Intanto, Abdul Qahar Balkhi aveva affermato nei giorni scorsi che l’Unione Europea

aveva annunciato che sarebbero stati dati 268 milioni di euro per l’assistenza, in

aggiunta agli oltre 220 milioni di euro di aiuti umanitari all’Afghanistan. Una parte di

questo denaro sarà utilizzata per gli insegnanti e i loro stipendi.

Mercoledì il primo ministro talebano aveva chiesto alle nazioni musulmane di essere

le prime a riconoscere il governo che ha preso il potere in Afghanistan lo scorso

agosto. Finora i talebani non sono stati formalmente riconosciuti da nessun paese.

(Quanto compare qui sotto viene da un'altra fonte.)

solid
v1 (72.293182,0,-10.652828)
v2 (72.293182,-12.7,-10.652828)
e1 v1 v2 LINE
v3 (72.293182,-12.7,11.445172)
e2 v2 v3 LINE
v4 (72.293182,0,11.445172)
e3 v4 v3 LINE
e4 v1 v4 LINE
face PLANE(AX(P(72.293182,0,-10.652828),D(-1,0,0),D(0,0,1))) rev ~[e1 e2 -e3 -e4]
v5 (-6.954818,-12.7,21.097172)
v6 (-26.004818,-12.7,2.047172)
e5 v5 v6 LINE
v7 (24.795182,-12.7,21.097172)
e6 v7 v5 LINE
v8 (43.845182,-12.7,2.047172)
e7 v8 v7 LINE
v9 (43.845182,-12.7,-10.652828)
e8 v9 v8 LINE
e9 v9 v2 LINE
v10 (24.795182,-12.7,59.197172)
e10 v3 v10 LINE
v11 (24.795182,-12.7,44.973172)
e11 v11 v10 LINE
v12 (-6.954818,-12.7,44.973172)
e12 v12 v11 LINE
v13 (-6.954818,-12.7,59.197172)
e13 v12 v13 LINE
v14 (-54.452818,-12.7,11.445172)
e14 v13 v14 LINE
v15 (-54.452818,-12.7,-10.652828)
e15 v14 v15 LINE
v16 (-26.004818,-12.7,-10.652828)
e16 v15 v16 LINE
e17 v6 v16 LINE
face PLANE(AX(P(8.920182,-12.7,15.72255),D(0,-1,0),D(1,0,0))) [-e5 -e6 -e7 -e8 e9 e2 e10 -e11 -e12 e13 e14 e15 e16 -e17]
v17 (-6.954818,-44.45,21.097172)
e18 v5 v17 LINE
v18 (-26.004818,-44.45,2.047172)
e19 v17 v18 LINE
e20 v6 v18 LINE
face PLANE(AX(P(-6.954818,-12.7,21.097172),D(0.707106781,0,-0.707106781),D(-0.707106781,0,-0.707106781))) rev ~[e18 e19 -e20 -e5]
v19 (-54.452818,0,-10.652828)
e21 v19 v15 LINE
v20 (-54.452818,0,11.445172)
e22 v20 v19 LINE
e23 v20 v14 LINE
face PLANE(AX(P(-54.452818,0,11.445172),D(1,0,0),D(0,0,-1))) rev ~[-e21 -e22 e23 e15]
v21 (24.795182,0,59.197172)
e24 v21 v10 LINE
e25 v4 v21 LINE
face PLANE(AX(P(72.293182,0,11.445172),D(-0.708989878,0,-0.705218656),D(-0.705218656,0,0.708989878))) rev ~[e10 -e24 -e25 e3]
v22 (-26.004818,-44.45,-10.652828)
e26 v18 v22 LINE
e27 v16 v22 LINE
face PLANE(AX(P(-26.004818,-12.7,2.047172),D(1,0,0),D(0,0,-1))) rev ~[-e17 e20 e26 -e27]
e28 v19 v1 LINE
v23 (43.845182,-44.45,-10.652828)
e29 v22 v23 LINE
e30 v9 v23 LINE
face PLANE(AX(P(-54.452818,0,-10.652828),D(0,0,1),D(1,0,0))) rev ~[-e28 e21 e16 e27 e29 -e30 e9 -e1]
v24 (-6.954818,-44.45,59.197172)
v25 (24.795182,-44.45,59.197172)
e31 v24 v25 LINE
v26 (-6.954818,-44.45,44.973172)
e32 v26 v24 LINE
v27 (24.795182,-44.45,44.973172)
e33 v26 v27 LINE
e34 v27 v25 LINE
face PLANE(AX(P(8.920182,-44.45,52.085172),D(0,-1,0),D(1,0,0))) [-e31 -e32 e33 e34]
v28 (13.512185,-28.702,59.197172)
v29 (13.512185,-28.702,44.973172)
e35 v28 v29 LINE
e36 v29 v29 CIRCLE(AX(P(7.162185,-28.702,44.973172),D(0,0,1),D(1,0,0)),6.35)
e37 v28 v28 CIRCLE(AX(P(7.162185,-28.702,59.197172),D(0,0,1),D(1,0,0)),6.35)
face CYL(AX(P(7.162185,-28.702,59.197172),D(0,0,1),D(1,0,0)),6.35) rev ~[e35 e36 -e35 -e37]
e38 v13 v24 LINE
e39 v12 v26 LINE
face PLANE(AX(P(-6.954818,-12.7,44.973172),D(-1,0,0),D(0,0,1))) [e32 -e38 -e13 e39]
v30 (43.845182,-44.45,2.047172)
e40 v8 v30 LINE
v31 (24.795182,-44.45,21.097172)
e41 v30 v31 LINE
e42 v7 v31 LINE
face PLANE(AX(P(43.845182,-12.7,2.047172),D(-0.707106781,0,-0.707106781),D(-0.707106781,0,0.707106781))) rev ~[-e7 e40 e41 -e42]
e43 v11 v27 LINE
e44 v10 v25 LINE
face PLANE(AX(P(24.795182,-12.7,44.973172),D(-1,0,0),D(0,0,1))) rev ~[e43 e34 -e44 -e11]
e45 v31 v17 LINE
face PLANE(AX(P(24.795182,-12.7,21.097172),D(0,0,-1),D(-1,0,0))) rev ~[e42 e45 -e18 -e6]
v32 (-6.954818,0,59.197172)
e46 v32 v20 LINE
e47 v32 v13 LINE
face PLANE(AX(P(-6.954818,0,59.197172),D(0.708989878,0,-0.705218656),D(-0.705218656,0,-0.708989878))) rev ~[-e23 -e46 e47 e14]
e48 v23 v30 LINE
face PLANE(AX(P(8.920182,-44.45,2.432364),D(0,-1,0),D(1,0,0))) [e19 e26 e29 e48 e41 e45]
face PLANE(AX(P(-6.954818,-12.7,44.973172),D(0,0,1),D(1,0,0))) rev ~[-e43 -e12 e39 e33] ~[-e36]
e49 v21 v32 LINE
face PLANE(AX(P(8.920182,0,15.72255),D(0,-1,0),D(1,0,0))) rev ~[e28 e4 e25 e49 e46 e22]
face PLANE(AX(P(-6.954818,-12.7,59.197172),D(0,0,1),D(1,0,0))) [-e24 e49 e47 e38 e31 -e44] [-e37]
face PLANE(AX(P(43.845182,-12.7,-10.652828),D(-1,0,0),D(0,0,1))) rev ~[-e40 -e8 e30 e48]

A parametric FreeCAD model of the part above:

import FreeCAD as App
import Part
import Sketcher

V = App.Vector
Q = App.Units.Quantity

doc = App.newDocument("Part")
params = doc.addObject("Spreadsheet::Sheet", "Params")
for row, (alias, value) in enumerate([
    ("sketch1_width", "1.25 in"),
    ("sketch1_width2", "4.99 in"),
    ("sketch1_height", "0.87 in"),
    ("pad1_length", "0.5 in"),
    ("sketch2_height", "0.5 in"),
    ("sketch2_width", "1.25 in"),
    ("sketch2_height2", "0.56 in"),
    ("pad2_length", "1.25 in"),
    ("sketch3_diameter", "0.5 in"),
    ("pocket1_length", "1 in"),
], start=1):
    params.set(f"A{row}", alias)
    params.set(f"B{row}", "=" + value)
    params.setAlias(f"B{row}", alias)

body = doc.addObject("PartDesign::Body", "Body")

sketch1 = body.newObject("Sketcher::SketchObject", "Sketch")
sketch1.AttachmentSupport = (doc.getObject("XZ_Plane"), [""])
sketch1.MapMode = "FlatFace"
sketch1.addGeometry(Part.LineSegment(V(24.795182, 59.197172, 0), V(-6.954818, 59.197172, 0)), False)
sketch1.addGeometry(Part.LineSegment(V(-6.954818, 59.197172, 0), V(-54.452818, 11.445172, 0)), False)
sketch1.addGeometry(Part.LineSegment(V(-54.452818, 11.445172, 0), V(-54.452818, -10.652828, 0)), False)
sketch1.addGeometry(Part.LineSegment(V(-54.452818, -10.652828, 0), V(72.293182, -10.652828, 0)), False)
sketch1.addGeometry(Part.LineSegment(V(72.293182, -10.652828, 0), V(72.293182, 11.445172, 0)), False)
sketch1.addGeometry(Part.LineSegment(V(72.293182, 11.445172, 0), V(24.795182, 59.197172, 0)), False)
sketch1.addConstraint(Sketcher.Constraint("Coincident", 0, 2, 1, 1))
sketch1.addConstraint(Sketcher.Constraint("Coincident", 1, 2, 2, 1))
sketch1.addConstraint(Sketcher.Constraint("Coincident", 2, 2, 3, 1))
sketch1.addConstraint(Sketcher.Constraint("Coincident", 3, 2, 4, 1))
sketch1.addConstraint(Sketcher.Constraint("Coincident", 4, 2, 5, 1))
sketch1.addConstraint(Sketcher.Constraint("Coincident", 5, 2, 0, 1))
sketch1.addConstraint(Sketcher.Constraint("Horizontal", 0))
sketch1.addConstraint(Sketcher.Constraint("Vertical", 2))
sketch1.addConstraint(Sketcher.Constraint("Horizontal", 3))
sketch1.addConstraint(Sketcher.Constraint("Vertical", 4))
sketch1.addConstraint(Sketcher.Constraint("Horizontal", 1, 2, 4, 2))
sketch1.addConstraint(Sketcher.Constraint("Equal", 1, 5))
sketch1.addConstraint(Sketcher.Constraint("DistanceX", 0, 2, 0, 1, Q("1.25 in")))
sketch1.addConstraint(Sketcher.Constraint("DistanceX", 3, 1, 3, 2, Q("4.99 in")))
sketch1.addConstraint(Sketcher.Constraint("DistanceY", 2, 2, 2, 1, Q("0.87 in")))
sketch1.addConstraint(Sketcher.Constraint("DistanceY", 1, 2, 0, 2, Q("1.88 in")))
sketch1.addConstraint(Sketcher.Constraint("DistanceX", 0, 2, -1, 1, Q("6.954818 mm")))
sketch1.addConstraint(Sketcher.Constraint("DistanceY", -1, 1, 0, 2, Q("59.197172 mm")))
sketch1.setExpression("Constraints[12]", "Params.sketch1_width")
sketch1.setExpression("Constraints[13]", "Params.sketch1_width2")
sketch1.setExpression("Constraints[14]", "Params.sketch1_height")
pad1 = body.newObject("PartDesign::Pad", "Pad")
pad1.Profile = sketch1
pad1.setExpression("Length", "Params.pad1_length")

sketch2 = body.newObject("Sketcher::SketchObject", "Sketch001")
sketch2.AttachmentSupport = (doc.getObject("XZ_Plane"), [""])
sketch2.MapMode = "FlatFace"
sketch2.AttachmentOffset = App.Placement(V(0, 0, 0.5 * 25.4), App.Rotation())
sketch2.addGeometry(Part.LineSegment(V(-6.954818, 59.197172, 0), V(-6.954818, 44.973172, 0)), False)
sketch2.addGeometry(Part.LineSegment(V(-6.954818, 44.973172, 0), V(24.795182, 44.973172, 0)), False)
sketch2.addGeometry(Part.LineSegment(V(24.795182, 44.973172, 0), V(24.795182, 59.197172, 0)), False)
sketch2.addGeometry(Part.LineSegment(V(24.795182, 59.197172, 0), V(-6.954818, 59.197172, 0)), False)
sketch2.addGeometry(Part.LineSegment(V(-26.004818, 2.047172, 0), V(-26.004818, -10.652828, 0)), False)
sketch2.addGeometry(Part.LineSegment(V(-26.004818, -10.652828, 0), V(43.845182, -10.652828, 0)), False)
sketch2.addGeometry(Part.LineSegment(V(43.845182, -10.652828, 0), V(43.845182, 2.047172, 0)), False)
sketch2.addGeometry(Part.LineSegment(V(43.845182, 2.047172, 0), V(24.795182, 21.097172, 0)), False)
sketch2.addGeometry(Part.LineSegment(V(24.795182, 21.097172, 0), V(-6.954818, 21.097172, 0)), False)
sketch2.addGeometry(Part.LineSegment(V(-6.954818, 21.097172, 0), V(-26.004818, 2.047172, 0)), False)
sketch2.addConstraint(Sketcher.Constraint("Coincident", 0, 2, 1, 1))
sketch2.addConstraint(Sketcher.Constraint("Coincident", 1, 2, 2, 1))
sketch2.addConstraint(Sketcher.Constraint("Coincident", 2, 2, 3, 1))
sketch2.addConstraint(Sketcher.Constraint("Coincident", 3, 2, 0, 1))
sketch2.addConstraint(Sketcher.Constraint("Coincident", 4, 2, 5, 1))
sketch2.addConstraint(Sketcher.Constraint("Coincident", 5, 2, 6, 1))
sketch2.addConstraint(Sketcher.Constraint("Coincident", 6, 2, 7, 1))
sketch2.addConstraint(Sketcher.Constraint("Coincident", 7, 2, 8, 1))
sketch2.addConstraint(Sketcher.Constraint("Coincident", 8, 2, 9, 1))
sketch2.addConstraint(Sketcher.Constraint("Coincident", 9, 2, 4, 1))
sketch2.addConstraint(Sketcher.Constraint("Vertical", 0))
sketch2.addConstraint(Sketcher.Constraint("Horizontal", 1))
sketch2.addConstraint(Sketcher.Constraint("Vertical", 2))
sketch2.addConstraint(Sketcher.Constraint("Horizontal", 3))
sketch2.addConstraint(Sketcher.Constraint("Vertical", 4))
sketch2.addConstraint(Sketcher.Constraint("Horizontal", 5))
sketch2.addConstraint(Sketcher.Constraint("Vertical", 6))
sketch2.addConstraint(Sketcher.Constraint("Horizontal", 8))
sketch2.addConstraint(Sketcher.Constraint("Perpendicular", 7, 9))
sketch2.addConstraint(Sketcher.Constraint("Horizontal", 6, 2, 9, 2))
sketch2.addConstraint(Sketcher.Constraint("Vertical", 2, 2, 7, 2))
sketch2.addConstraint(Sketcher.Constraint("Vertical", 3, 2, 8, 2))
sketch2.addConstraint(Sketcher.Constraint("Equal", 7, 9))
sketch2.addConstraint(Sketcher.Constraint("DistanceY", 4, 2, 4, 1, Q("0.5 in")))
sketch2.addConstraint(Sketcher.Constraint("DistanceX", 4, 2, 1, 2, Q("2 in")))
sketch2.addConstraint(Sketcher.Constraint("DistanceX", 1, 1, 1, 2, Q("1.25 in")))
sketch2.addConstraint(Sketcher.Constraint("DistanceY", 0, 2, 0, 1, Q("0.56 in")))
sketch2.addConstraint(Sketcher.Constraint("DistanceY", 7, 2, 2, 2, Q("1.5 in")))
sketch2.addConstraint(Sketcher.Constraint("DistanceX", 0, 2, -1, 1, Q("6.954818 mm")))
sketch2.addConstraint(Sketcher.Constraint("DistanceY", -1, 1, 0, 2, Q("44.973172 mm")))
sketch2.setExpression("Constraints[23]", "Params.sketch2_height")
sketch2.setExpression("Constraints[25]", "Params.sketch2_width")
sketch2.setExpression("Constraints[26]", "Params.sketch2_height2")
pad2 = body.newObject("PartDesign::Pad", "Pad001")
pad2.Profile = sketch2
pad2.setExpression("Length", "Params.pad2_length")

sketch3 = body.newObject("Sketcher::SketchObject", "Sketch002")
sketch3.AttachmentSupport = (doc.getObject("XY_Plane"), [""])
sketch3.MapMode = "FlatFace"
sketch3.AttachmentOffset = App.Placement(V(0, 0, 59.197172), App.Rotation())
sketch3.addGeometry(Part.Circle(V(7.162185, -28.702, 0), V(0, 0, 1), 6.35), False)
sketch3.addConstraint(Sketcher.Constraint("Diameter", 0, Q("0.5 in")))
sketch3.addConstraint(Sketcher.Constraint("DistanceY", 0, 3, -1, 1, Q("1.13 in")))
sketch3.addConstraint(Sketcher.Constraint("DistanceX", -1, 1, 0, 3, Q("7.162185 mm")))
sketch3.setExpression("Constraints[0]", "Params.sketch3_diameter")
pocket1 = body.newObject("PartDesign::Pocket", "Pocket")
pocket1.Profile = sketch3
pocket1.setExpression("Length", "Params.pocket1_length")

doc.recompute()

Lo scorso settembre l’Unione Europea ha fissato cinque parametri di riferimento per

discutere con il governo talebano, tra i quali il rispetto dei diritti umani, in particolare

delle donne e delle ragazze, e la creazione di un governo rappresentativo e

inclusivo.
Il 14 agosto 2021 i talebani, nel pieno del ritiro delle truppe americane e dei loro

alleati, hanno preso il potere in Afghanistan e ora, almeno in teoria, gestiscono e

sono responsabili del paese. Prima del loro arrivo la “terra degli aquiloni e dei

melograni” era una repubblica islamica e gli Stati Uniti finanziavano gran parte del

governo. Quando i talebani ne hanno preso il controllo lo hanno trasformato in un

Emirato Islamico e tutti gli aiuti, sia dagli Stati Uniti che da altri paesi, e il lavoro delle

Ong − tranne alcune − è stato sospeso. Per l’Onu è stato uno “shock fiscale” senza

precedenti.

Per questioni umanitarie alcune sanzioni saranno revocate, ma rappresenta una

parte molto piccola delle entrate complessive di cui i talebani hanno estremo bisogno

per gestire il paese.

I talebani, dove troveranno i soldi?


Essenzialmente i talebani hanno quattro modi per generare reddito. Il primo modo

per fare soldi è rappresentato dalle donazioni di altri paesi come Pakistan e

Russia: il primo non solo è un alleato ma rappresenta il terreno di fondazione dei

talebani, mentre il secondo ha un interesse geopolitico nella regione. Ci sono anche

donatori privati e, secondo gli esperti, potrebbero arrivare a tirare su 500 milioni di

dollari all’anno, che secondo il primo bilancio pubblicato dai talebani giovedì, come si

legge su Reuters, coprirebbe solo il necessario per i primi 4 mesi del 2022. I legami

con i donatori privati non sono nati oggi: la CIA ha stimato − in un rapporto riservato

che è trapelato − come i leader talebani e il loro gruppo abbiano ricevuto 106 milioni

di dollari nel 2008 da donatori al di fuori del paese. Secondo un funzionario

statunitense dell’antiterrorismo, i maggiori sostenitori privati vengono dall’Arabia

Saudita, dal Pakistan, dall’Iran e da alcune nazioni del Golfo Persico.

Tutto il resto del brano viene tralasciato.